Your phone is probably your most valuable device, with more private
information than many others. It seems especially important to ensure that it
is secure and trustworthy.

------
xfitm3
I was involved with a open source phone OS and things went great - until we
tried to take it to market. In order to launch the OS we decided to partner
with telecom providers, and it was their requirements which threatened the
project’s integrity. I fear this barrier will be present for other phones in
the future. Open source hardware is really important. The closed source
baseband blob compromises the security of the device. We were unable to audit
it, so we could not trust it.

------
rchaud
Just a couple of years ago, there would be no appetite for this type of phone,
as Google, Apple and the tech press made it seem like having less than 1
million apps available meant that the phone was worthless.

Thankfully, we're now at a stage where people largely have all the apps they
need, and rarely download new ones if a website alternative is available
(think online store or news publication).

I'm giving serious thought to buying one of these phones, especially since
Uber and Lyft's mobile web sites are sufficient to book rides on.

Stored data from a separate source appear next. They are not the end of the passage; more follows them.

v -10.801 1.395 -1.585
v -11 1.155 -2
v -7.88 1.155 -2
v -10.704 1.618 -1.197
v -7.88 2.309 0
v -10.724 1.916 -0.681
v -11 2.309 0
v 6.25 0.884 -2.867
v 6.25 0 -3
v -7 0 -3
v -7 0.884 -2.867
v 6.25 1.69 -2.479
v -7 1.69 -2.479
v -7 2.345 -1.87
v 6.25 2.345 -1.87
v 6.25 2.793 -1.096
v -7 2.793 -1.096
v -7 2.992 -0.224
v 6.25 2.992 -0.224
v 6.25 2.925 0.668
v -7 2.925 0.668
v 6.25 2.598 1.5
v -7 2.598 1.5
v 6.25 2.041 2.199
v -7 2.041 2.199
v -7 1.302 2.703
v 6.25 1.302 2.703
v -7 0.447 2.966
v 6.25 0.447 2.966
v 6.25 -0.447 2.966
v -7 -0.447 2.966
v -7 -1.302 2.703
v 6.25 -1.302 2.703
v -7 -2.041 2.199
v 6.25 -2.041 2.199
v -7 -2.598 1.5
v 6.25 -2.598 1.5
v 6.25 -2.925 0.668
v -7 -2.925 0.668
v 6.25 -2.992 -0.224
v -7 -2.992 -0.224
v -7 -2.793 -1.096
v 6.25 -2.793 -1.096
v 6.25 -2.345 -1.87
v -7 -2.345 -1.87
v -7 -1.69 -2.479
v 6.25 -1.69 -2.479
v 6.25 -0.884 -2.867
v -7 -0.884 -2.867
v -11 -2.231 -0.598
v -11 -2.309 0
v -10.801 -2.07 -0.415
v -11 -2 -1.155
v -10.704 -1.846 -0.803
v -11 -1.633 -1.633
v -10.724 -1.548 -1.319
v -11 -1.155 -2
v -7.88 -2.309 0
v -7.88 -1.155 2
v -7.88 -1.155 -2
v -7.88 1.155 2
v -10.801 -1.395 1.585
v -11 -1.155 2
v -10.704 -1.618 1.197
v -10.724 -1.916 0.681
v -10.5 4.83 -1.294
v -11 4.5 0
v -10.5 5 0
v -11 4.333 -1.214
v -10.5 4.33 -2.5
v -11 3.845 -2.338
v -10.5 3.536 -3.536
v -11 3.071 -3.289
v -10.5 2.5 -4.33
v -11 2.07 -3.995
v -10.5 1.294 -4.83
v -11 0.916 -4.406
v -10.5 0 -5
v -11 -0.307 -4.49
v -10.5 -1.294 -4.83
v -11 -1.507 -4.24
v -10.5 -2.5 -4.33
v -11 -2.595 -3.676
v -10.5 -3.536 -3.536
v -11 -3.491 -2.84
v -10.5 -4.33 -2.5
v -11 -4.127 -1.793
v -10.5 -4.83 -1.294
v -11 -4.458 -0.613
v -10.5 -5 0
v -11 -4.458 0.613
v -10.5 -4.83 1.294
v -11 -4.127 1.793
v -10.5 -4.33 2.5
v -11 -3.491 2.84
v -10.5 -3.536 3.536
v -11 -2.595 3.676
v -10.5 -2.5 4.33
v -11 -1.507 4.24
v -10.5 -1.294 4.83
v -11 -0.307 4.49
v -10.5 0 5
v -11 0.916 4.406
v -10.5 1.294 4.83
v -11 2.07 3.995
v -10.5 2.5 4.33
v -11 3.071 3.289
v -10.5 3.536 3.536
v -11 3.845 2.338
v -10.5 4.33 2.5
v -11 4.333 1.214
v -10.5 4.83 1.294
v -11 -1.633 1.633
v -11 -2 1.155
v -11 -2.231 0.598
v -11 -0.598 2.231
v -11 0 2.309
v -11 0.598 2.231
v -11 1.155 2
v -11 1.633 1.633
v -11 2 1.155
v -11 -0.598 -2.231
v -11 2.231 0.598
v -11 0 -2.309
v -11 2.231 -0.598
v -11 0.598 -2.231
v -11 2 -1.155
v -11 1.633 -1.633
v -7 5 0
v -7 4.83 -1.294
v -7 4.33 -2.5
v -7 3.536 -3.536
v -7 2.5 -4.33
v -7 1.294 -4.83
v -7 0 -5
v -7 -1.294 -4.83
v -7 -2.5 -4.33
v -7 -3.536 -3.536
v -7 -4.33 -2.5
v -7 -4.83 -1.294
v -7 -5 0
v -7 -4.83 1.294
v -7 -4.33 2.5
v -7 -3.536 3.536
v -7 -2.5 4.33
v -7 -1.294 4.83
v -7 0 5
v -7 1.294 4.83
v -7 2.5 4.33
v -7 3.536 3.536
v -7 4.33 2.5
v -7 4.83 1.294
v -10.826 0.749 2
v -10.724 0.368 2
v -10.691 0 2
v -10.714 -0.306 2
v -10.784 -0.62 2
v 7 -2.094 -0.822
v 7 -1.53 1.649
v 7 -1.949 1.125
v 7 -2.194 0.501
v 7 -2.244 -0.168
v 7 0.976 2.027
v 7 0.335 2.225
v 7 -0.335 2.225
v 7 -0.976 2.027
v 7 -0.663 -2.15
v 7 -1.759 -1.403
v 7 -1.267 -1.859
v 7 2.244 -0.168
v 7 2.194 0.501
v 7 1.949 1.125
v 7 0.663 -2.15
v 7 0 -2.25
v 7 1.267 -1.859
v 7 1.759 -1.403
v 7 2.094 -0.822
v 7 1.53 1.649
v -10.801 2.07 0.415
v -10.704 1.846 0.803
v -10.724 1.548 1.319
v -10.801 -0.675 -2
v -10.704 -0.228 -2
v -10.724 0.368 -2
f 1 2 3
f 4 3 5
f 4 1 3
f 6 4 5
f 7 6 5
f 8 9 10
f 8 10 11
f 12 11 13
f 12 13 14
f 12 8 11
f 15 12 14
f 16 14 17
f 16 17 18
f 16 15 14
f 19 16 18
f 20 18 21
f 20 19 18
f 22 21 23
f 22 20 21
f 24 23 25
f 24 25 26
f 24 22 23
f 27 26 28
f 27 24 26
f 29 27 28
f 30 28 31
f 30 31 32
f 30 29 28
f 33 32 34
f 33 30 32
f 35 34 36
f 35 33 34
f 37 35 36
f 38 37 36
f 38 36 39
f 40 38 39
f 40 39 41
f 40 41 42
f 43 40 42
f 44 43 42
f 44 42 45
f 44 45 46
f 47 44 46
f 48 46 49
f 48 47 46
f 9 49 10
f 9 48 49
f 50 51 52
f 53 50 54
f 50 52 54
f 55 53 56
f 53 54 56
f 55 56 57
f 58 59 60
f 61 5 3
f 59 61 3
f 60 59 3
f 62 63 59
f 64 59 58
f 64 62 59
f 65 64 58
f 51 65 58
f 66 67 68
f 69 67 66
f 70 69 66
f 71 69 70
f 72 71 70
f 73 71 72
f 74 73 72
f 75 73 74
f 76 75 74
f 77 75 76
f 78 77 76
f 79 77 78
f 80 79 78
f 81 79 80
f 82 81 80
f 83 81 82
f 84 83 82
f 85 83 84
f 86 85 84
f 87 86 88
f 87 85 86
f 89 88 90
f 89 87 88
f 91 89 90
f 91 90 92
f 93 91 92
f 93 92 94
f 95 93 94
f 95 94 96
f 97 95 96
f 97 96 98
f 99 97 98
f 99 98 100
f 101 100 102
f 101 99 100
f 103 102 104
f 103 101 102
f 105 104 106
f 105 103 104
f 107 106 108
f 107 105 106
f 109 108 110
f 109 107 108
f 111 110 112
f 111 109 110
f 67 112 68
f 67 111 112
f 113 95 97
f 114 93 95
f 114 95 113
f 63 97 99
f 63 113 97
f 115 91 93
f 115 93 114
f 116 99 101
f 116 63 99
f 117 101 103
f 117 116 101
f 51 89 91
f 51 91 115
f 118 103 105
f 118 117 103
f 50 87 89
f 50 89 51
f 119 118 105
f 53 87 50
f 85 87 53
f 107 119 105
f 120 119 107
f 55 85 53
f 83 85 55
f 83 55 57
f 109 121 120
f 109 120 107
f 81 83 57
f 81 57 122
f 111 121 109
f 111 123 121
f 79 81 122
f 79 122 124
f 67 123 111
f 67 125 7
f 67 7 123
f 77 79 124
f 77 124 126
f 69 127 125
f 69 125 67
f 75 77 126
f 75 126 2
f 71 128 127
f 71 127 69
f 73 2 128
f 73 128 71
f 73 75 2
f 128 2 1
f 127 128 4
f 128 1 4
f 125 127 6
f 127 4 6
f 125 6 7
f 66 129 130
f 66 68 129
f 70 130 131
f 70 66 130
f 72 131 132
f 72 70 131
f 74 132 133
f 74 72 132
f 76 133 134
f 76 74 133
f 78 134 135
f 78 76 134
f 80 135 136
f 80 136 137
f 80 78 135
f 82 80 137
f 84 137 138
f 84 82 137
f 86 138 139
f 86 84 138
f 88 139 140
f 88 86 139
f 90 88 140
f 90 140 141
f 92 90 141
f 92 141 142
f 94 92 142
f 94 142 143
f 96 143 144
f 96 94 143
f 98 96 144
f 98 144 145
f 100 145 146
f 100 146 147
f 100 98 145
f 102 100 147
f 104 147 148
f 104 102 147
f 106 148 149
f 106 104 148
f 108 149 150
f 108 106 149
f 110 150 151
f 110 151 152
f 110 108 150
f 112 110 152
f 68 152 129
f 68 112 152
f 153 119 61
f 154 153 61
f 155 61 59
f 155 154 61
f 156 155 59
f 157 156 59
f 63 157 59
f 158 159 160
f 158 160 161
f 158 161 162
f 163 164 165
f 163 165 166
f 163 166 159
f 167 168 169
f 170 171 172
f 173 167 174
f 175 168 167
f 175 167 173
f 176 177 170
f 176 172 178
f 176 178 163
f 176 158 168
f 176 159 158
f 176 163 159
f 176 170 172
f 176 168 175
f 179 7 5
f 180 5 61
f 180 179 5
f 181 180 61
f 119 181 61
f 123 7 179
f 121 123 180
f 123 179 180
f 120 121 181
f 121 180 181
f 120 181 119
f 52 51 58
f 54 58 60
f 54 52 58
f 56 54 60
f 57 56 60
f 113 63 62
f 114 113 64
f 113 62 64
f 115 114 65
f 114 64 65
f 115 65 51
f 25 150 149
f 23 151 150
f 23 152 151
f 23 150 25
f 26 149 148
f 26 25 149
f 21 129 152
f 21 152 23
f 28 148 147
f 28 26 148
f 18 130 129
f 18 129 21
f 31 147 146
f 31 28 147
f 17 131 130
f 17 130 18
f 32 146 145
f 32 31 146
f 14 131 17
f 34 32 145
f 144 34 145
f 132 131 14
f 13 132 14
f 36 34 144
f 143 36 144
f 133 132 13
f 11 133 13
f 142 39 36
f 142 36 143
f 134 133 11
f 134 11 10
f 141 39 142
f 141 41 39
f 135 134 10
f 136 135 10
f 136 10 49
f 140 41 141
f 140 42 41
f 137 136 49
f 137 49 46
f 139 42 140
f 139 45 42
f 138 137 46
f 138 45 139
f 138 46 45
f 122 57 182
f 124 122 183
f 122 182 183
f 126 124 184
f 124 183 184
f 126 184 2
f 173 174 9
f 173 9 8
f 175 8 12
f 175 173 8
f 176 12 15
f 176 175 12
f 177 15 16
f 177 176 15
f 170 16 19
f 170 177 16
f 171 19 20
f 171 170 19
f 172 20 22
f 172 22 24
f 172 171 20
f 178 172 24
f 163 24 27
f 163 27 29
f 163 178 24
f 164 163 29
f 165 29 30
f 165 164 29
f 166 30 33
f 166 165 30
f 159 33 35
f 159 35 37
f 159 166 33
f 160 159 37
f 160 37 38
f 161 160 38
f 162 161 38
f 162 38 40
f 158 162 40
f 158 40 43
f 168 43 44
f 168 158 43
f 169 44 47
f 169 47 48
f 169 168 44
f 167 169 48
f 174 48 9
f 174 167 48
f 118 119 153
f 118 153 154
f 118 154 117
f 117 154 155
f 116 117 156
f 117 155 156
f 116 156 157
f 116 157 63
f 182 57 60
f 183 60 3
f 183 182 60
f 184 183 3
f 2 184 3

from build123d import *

# Parameters (mm, degrees)
SKETCH2_R           = 3
BOSS_EXTRUDE1_DEPTH = 14
CHAMFER1_SIZE       = 0.75
CUT_EXTRUDE1_DEPTH  = 3.12


with BuildPart() as part:
    # Sketch2 → Boss-Extrude1 (new body)
    with BuildSketch(Plane(origin=(7, 0, 0), x_dir=(0, 0, -1), z_dir=(1, 0, 0))):
        Circle(SKETCH2_R)
    extrude(amount=-BOSS_EXTRUDE1_DEPTH)

    # Chamfer1
    chamfer1_edges = [part.edges().sort_by_distance(p)[0] for p in [
        (7, 0, 3),
    ]]
    chamfer(chamfer1_edges, length=CHAMFER1_SIZE)

    # Sketch6 → Revolve1 (revolve)
    with BuildSketch(Plane.XY):
        Polygon((-10.5, 5), (-11, 4.5), (-11, 0), (-7, 0), (-7, 5), align=None)
    revolve(axis=Axis((-7, 0, 0), (-1, 0, 0)))

    # Sketch4 → Cut-Extrude1 (cut)
    with BuildSketch(Plane(origin=(-11, 0, 0), x_dir=(0, 0, -1), z_dir=(1, 0, 0))):
        Polygon((0, 2.309401077), (-2, 1.154700538), (-2, -1.154700538), (0, -2.309401077), (2, -1.154700538), (2, 1.154700538), align=None)
    extrude(amount=CUT_EXTRUDE1_DEPTH, mode=Mode.SUBTRACT)

    # Cut-Extrude2 cone 1 section (through the dimple's axis) → Cut-Extrude2 (revolve, cut)
    with BuildSketch(Plane(origin=(-11, 0, 0), x_dir=(0, 0, 1), z_dir=(0, 1, 0))):
        Polygon((0, 0), (2.309401077, 0), (0, 2.309401077), align=None)
    revolve(axis=Axis((-11, 0, 0), (1, 0, 0)), mode=Mode.SUBTRACT)


solid = part.part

That was the
biggest hindrance to making a move away from Android/iOS. I don't really watch
streaming video on my phone, so Netflix/PrimeVideo aren't needed.

------
ajdhsjakafjt
The author argues that open source magically creates a wonderful world of
security and privacy. Quotes like the following make me wonder if the author
every touched a software project:

"Like the Linux and open source world at large, security and privacy are not
automatic features of open source. Rather, it is open source that enables
those features, by allowing developers and users to keep a watchful eye on the
code. [...] Code isn’t always understandable, even to seasoned Linux users."

I more and more think this is a harmful view on open source. It's a reason for
projects to skip best practices, tests and professional audits. I follow a few
projects very closely so I'm familiar with the code. But should others really
rely on that in terms of security? Absolutely not.

When you ask the "binary people" if they need the source code for an audit,
well, they don't.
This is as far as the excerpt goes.